Your right, if you cut a leaf in half its not going to look the same. If you poke holes or tare it it doesnt look the same either. but it does reattach together. If you try it you can see for yourself. If you decide to try it you could post the pics, or just explain what happenned. They dont heal right away but it doesnt take too long.


----------



## OregonMeds (Dec 31, 2008)

I'm really interested in seeing what your dry weight turns out to be. Do you have a scale and will you be weighing it before you start smoking it all?


----------



## waterCooled (Jan 3, 2009)

im back!

So before I left I hung these buds up to dry. I had removed all the leaves with stems from the buds, and hung them up with the smaller single leaflets still intact. I did this because I thought it will add some dry time so I didn't come back to super dry bud. I think it worked! The buds were dry, but the stems were still bendy, and didn't snap. I think this is a great time to put them in a jar for curing. So I ended up removing the rest of the leaves from the bud, so the buds are all bud, no leaf. This was a little difficult with the leaves being dry, but it wasn't too bad. Before I put them in the jar I also removed the smaller buds from the larger stems they were drying on. So I now have a jar full of bud, it looks great. I also have a jar filled with the under canopy popcorn buds - these will be used for butter. 

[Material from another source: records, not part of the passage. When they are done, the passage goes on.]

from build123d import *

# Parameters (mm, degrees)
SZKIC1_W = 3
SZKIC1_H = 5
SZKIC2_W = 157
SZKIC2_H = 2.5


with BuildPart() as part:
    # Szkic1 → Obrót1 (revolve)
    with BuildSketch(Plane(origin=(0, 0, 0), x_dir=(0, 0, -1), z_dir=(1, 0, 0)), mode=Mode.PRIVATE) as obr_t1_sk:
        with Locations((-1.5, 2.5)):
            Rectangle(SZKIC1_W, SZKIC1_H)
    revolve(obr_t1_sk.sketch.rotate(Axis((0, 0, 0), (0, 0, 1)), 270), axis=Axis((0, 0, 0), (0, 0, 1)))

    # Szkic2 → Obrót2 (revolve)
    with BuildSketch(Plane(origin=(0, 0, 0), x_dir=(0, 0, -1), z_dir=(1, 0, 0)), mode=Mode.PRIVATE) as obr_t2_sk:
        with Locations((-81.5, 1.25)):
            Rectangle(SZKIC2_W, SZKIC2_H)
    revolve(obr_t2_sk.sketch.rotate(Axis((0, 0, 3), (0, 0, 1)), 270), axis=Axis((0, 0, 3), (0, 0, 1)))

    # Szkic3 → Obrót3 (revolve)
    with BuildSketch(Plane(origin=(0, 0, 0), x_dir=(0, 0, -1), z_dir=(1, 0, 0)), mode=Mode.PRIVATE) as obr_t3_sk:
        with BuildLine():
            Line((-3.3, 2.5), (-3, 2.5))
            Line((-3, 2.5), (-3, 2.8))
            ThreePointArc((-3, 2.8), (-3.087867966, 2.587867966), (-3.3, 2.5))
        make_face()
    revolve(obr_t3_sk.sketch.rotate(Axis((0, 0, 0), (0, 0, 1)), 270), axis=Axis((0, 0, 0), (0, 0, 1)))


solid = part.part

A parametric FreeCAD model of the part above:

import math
import FreeCAD as App
import Part
import Sketcher

V = App.Vector
Q = App.Units.Quantity


def add_polygon(sketch, points):
    """Adds a closed chain of lines whose ends are joined by coincident constraints."""
    first, n = sketch.GeometryCount, len(points)
    for a, b in zip(points, points[1:] + points[:1]):
        sketch.addGeometry(Part.LineSegment(App.Vector(*a, 0), App.Vector(*b, 0)), False)
    for i in range(n):
        sketch.addConstraint(Sketcher.Constraint("Coincident", first + i, 2, first + (i + 1) % n, 1))

doc = App.newDocument("Part")
body = doc.addObject("PartDesign::Body", "Body")

# Sketch on YZ plane
sketch1 = body.newObject("Sketcher::SketchObject", "Sketch")
sketch1.AttachmentSupport = (doc.getObject("YZ_Plane"), [""])
sketch1.MapMode = "FlatFace"
add_polygon(sketch1, [(5, 3), (0, 3), (0, 0), (5, 0)])  # lines 0-3
sketch1.addConstraint(Sketcher.Constraint("Horizontal", 0))
sketch1.addConstraint(Sketcher.Constraint("Vertical", 1))
sketch1.addConstraint(Sketcher.Constraint("Horizontal", 2))
sketch1.addConstraint(Sketcher.Constraint("Vertical", 3))
sketch1.addConstraint(Sketcher.Constraint("Coincident", 1, 2, -1, 1))
sketch1.addConstraint(Sketcher.Constraint("DistanceX", 0, 2, 0, 1, Q("5 mm")))
sketch1.addConstraint(Sketcher.Constraint("DistanceY", 1, 2, 1, 1, Q("3 mm")))
revolution = body.newObject("PartDesign::Revolution", "Revolution")
revolution.Profile = sketch1
revolution.ReferenceAxis = (sketch1, ["V_Axis"])
revolution.Angle = 360

# Sketch on YZ plane
sketch2 = body.newObject("Sketcher::SketchObject", "Sketch001")
sketch2.AttachmentSupport = (doc.getObject("YZ_Plane"), [""])
sketch2.MapMode = "FlatFace"
add_polygon(sketch2, [(2.5, 160), (0, 160), (0, 3), (2.5, 3)])  # lines 0-3
sketch2.addConstraint(Sketcher.Constraint("Horizontal", 0))
sketch2.addConstraint(Sketcher.Constraint("Vertical", 1))
sketch2.addConstraint(Sketcher.Constraint("Horizontal", 2))
sketch2.addConstraint(Sketcher.Constraint("Vertical", 3))
sketch2.addConstraint(Sketcher.Constraint("PointOnObject", 0, 2, -2))
sketch2.addConstraint(Sketcher.Constraint("DistanceY", 1, 2, 1, 1, Q("157 mm")))
sketch2.addConstraint(Sketcher.Constraint("DistanceX", 0, 2, 0, 1, Q("2.5 mm")))
sketch2.addConstraint(Sketcher.Constraint("DistanceY", -1, 1, 0, 2, Q("160 mm")))
revolution2 = body.newObject("PartDesign::Revolution", "Revolution001")
revolution2.Profile = sketch2
revolution2.ReferenceAxis = (sketch2, ["V_Axis"])
revolution2.Angle = 360

# Sketch on YZ plane
sketch3 = body.newObject("Sketcher::SketchObject", "Sketch002")
sketch3.AttachmentSupport = (doc.getObject("YZ_Plane"), [""])
sketch3.MapMode = "FlatFace"
sketch3.addGeometry(Part.LineSegment(V(2.5, 3.3, 0), V(2.5, 3, 0)), False)
sketch3.addGeometry(Part.LineSegment(V(2.5, 3, 0), V(2.8, 3, 0)), False)
sketch3.addGeometry(Part.ArcOfCircle(Part.Circle(V(2.8, 3.3, 0), V(0, 0, 1), 0.3), math.radians(-180), math.radians(-90)), False)
sketch3.addConstraint(Sketcher.Constraint("Coincident", 0, 2, 1, 1))
sketch3.addConstraint(Sketcher.Constraint("Tangent", 1, 2, 2, 2))
sketch3.addConstraint(Sketcher.Constraint("Tangent", 2, 1, 0, 1))
sketch3.addConstraint(Sketcher.Constraint("Vertical", 0))
sketch3.addConstraint(Sketcher.Constraint("Horizontal", 1))
sketch3.addConstraint(Sketcher.Constraint("Radius", 2, Q("0.3 mm")))
sketch3.addConstraint(Sketcher.Constraint("DistanceY", -1, 1, 0, 2, Q("3 mm")))
sketch3.addConstraint(Sketcher.Constraint("DistanceX", -1, 1, 2, 3, Q("2.8 mm")))
revolution3 = body.newObject("PartDesign::Revolution", "Revolution002")
revolution3.Profile = sketch3
revolution3.ReferenceAxis = (sketch3, ["V_Axis"])
revolution3.Angle = 360

doc.recompute()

SOOO, the final DRY weight of it all:

*FINAL DRY YIELD:*
top buds: *70 grams*
under canopy popcorn buds: *28 grams*

so all in all I'm pretty happy with the results. I think if I could do one thing different I would have continued adding nutrients until week 8, since I ended up flowering for 10 weeks. In reality I cut the nutes at week 6, so the plant went 4 weeks in just water, no nutes. I could have possibly gotten fatter buds if i knew the flower time would have been so long. 

I haven't smoked it yet... but i plan to tomorrow  I separated about 1/8th for smoking in the next week or two. The rest is in the jar for curing. 

some pics!






left jar is the bud. right bowl is the under canopy popcorn buds


----------



## fishindog (Jan 3, 2009)

Dang man looking good....im scrogging mine right now at the moment too....I hope mine can turnout as good as yours +rep man keep it real


----------



## Astralsearcher (Jan 3, 2009)

dude i dont know how you have resisted smoking it yet! so 98 grams total? dam 3.5 ounces from a 150 is pretty fantastic man!


----------



## waterCooled (Jan 4, 2009)

Astralsearcher said:


> dude i dont know how you have resisted smoking it yet! so 98 grams total? dam 3.5 ounces from a 150 is pretty fantastic man!

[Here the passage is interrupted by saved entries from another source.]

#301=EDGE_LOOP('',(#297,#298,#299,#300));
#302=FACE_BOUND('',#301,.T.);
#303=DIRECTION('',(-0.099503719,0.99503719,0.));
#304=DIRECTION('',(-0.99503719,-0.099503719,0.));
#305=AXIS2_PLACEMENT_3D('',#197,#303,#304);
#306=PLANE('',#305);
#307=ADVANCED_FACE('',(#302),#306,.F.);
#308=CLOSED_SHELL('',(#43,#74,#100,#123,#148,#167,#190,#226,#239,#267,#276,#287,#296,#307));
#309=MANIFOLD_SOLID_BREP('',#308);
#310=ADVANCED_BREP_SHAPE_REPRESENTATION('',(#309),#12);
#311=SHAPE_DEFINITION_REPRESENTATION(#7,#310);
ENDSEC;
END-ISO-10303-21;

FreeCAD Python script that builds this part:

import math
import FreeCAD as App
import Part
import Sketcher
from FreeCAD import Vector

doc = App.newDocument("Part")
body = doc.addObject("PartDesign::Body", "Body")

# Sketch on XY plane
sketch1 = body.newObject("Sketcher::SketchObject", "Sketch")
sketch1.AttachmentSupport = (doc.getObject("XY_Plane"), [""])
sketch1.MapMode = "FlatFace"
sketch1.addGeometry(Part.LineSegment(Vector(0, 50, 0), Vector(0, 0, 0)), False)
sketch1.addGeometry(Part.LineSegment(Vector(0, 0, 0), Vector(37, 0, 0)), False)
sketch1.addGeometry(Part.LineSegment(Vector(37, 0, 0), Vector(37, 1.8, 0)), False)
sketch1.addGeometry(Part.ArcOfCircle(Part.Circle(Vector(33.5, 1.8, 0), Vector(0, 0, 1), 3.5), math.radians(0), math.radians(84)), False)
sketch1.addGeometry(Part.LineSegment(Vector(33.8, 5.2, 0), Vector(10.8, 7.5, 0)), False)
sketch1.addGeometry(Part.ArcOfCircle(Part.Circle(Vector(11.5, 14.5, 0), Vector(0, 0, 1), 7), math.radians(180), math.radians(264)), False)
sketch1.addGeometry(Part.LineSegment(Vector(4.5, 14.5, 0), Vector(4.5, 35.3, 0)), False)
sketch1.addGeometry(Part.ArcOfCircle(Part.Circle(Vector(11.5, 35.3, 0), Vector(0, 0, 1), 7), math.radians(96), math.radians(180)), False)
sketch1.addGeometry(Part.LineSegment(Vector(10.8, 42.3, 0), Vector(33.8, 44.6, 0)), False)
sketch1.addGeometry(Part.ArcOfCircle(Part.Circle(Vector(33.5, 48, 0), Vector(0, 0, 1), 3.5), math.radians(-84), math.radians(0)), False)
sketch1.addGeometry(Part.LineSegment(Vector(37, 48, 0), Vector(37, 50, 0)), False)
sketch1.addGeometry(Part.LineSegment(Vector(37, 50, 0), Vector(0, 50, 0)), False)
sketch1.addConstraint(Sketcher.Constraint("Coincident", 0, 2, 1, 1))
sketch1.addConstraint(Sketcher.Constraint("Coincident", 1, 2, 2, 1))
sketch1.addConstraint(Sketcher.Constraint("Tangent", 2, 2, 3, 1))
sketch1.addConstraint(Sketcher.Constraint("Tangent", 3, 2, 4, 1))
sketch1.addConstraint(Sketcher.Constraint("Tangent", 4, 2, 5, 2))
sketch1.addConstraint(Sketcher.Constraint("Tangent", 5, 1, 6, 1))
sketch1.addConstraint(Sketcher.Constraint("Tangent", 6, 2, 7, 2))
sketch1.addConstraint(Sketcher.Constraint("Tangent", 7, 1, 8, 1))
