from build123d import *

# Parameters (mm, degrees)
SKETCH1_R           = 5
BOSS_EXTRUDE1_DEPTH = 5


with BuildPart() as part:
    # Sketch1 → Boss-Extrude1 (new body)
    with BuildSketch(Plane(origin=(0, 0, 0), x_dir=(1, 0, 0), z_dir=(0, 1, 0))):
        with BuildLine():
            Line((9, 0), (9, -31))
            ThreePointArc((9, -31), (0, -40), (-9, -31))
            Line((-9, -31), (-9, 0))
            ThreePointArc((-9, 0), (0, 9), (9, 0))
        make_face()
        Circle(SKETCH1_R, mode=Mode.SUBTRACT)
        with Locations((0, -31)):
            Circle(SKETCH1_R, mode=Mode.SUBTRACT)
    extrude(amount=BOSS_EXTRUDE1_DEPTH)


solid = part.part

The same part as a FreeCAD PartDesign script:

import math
import FreeCAD as App
import Part
import Sketcher
Q = App.Units.Quantity

doc = App.newDocument("Part")
params = doc.addObject("Spreadsheet::Sheet", "Params")
for row, (alias, value) in enumerate([
    ("sketch1_diameter", "10 mm"),
    ("sketch1_radius", "9 mm"),
    ("sketch1_height", "31 mm"),
    ("pad1_length", "5 mm"),
], start=1):
    params.set(f"A{row}", alias)
    params.set(f"B{row}", "=" + value)
    params.setAlias(f"B{row}", alias)

body = doc.addObject("PartDesign::Body", "Body")

sketch1 = body.newObject("Sketcher::SketchObject", "Sketch")
sketch1.AttachmentSupport = (doc.getObject("XZ_Plane"), [""])
sketch1.MapMode = "FlatFace"
sketch1.addGeometry(Part.LineSegment(App.Vector(9, 31, 0), App.Vector(9, 0, 0)), False)
sketch1.addGeometry(Part.ArcOfCircle(Part.Circle(App.Vector(0, 0, 0), App.Vector(0, 0, 1), 9), math.radians(180), math.radians(360)), False)
sketch1.addGeometry(Part.LineSegment(App.Vector(-9, 0, 0), App.Vector(-9, 31, 0)), False)
sketch1.addGeometry(Part.ArcOfCircle(Part.Circle(App.Vector(0, 31, 0), App.Vector(0, 0, 1), 9), math.radians(0), math.radians(180)), False)
sketch1.addGeometry(Part.Circle(App.Vector(0, 31, 0), App.Vector(0, 0, 1), 5), False)
sketch1.addGeometry(Part.Circle(App.Vector(0, 0, 0), App.Vector(0, 0, 1), 5), False)
sketch1.addConstraint(Sketcher.Constraint("Tangent", 0, 2, 1, 2))
sketch1.addConstraint(Sketcher.Constraint("Tangent", 1, 1, 2, 1))
sketch1.addConstraint(Sketcher.Constraint("Tangent", 2, 2, 3, 2))
sketch1.addConstraint(Sketcher.Constraint("Tangent", 3, 1, 0, 1))
sketch1.addConstraint(Sketcher.Constraint("Vertical", 0))
sketch1.addConstraint(Sketcher.Constraint("Vertical", 2))
sketch1.addConstraint(Sketcher.Constraint("Coincident", 1, 3, -1, 1))
sketch1.addConstraint(Sketcher.Constraint("Coincident", 5, 3, -1, 1))
sketch1.addConstraint(Sketcher.Constraint("Coincident", 4, 3, 3, 3))
sketch1.addConstraint(Sketcher.Constraint("Equal", 4, 5))
sketch1.addConstraint(Sketcher.Constraint("Diameter", 4, Q("10 mm")))
sketch1.addConstraint(Sketcher.Constraint("Radius", 1, Q("9 mm")))
sketch1.addConstraint(Sketcher.Constraint("DistanceY", 0, 2, 0, 1, Q("31 mm")))
sketch1.setExpression("Constraints[10]", "Params.sketch1_diameter")
sketch1.setExpression("Constraints[11]", "Params.sketch1_radius")
sketch1.setExpression("Constraints[12]", "Params.sketch1_height")
pad1 = body.newObject("PartDesign::Pad", "Pad")
pad1.Profile = sketch1
pad1.setExpression("Length", "Params.pad1_length")
pad1.Reversed = True

doc.recompute()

haha, yea man i was exaughsted from travel. I didn't want to smoke it for the first time just to fall asleep, i want to experience the full effect!.

*SMOKE REPORT:
holy shit!* that is some incredible weed!

I took two hits of this stuff this afternoon, and WOW, extremely high in seconds. i think i harvested at a good time, the high seems to really be a nice mix between head and body high. i'm about to smoke another bowl and watch a movie 

I also making butter out of the popcorn buds right now. I've got it in a crock-pot now, been going about 2.5 hours now. I like it to sit for about 6 hours, good shit! I'm following this guide for the cannabutter, one ive used before with excellent results.
https://www.rollitup.org/view.php?pg=faq&cmd=article&id=313

*YIELD*
I initially didnt really count the popcorn buds into my total yield, but when i was breaking it up into the crock-pot, it's really a lot of quality weed, just very fluffy. so I'm going to call my *official yield 3.5 oz*. 2.5 will be for smoking, and 1.0 is being made into cannabutter right now!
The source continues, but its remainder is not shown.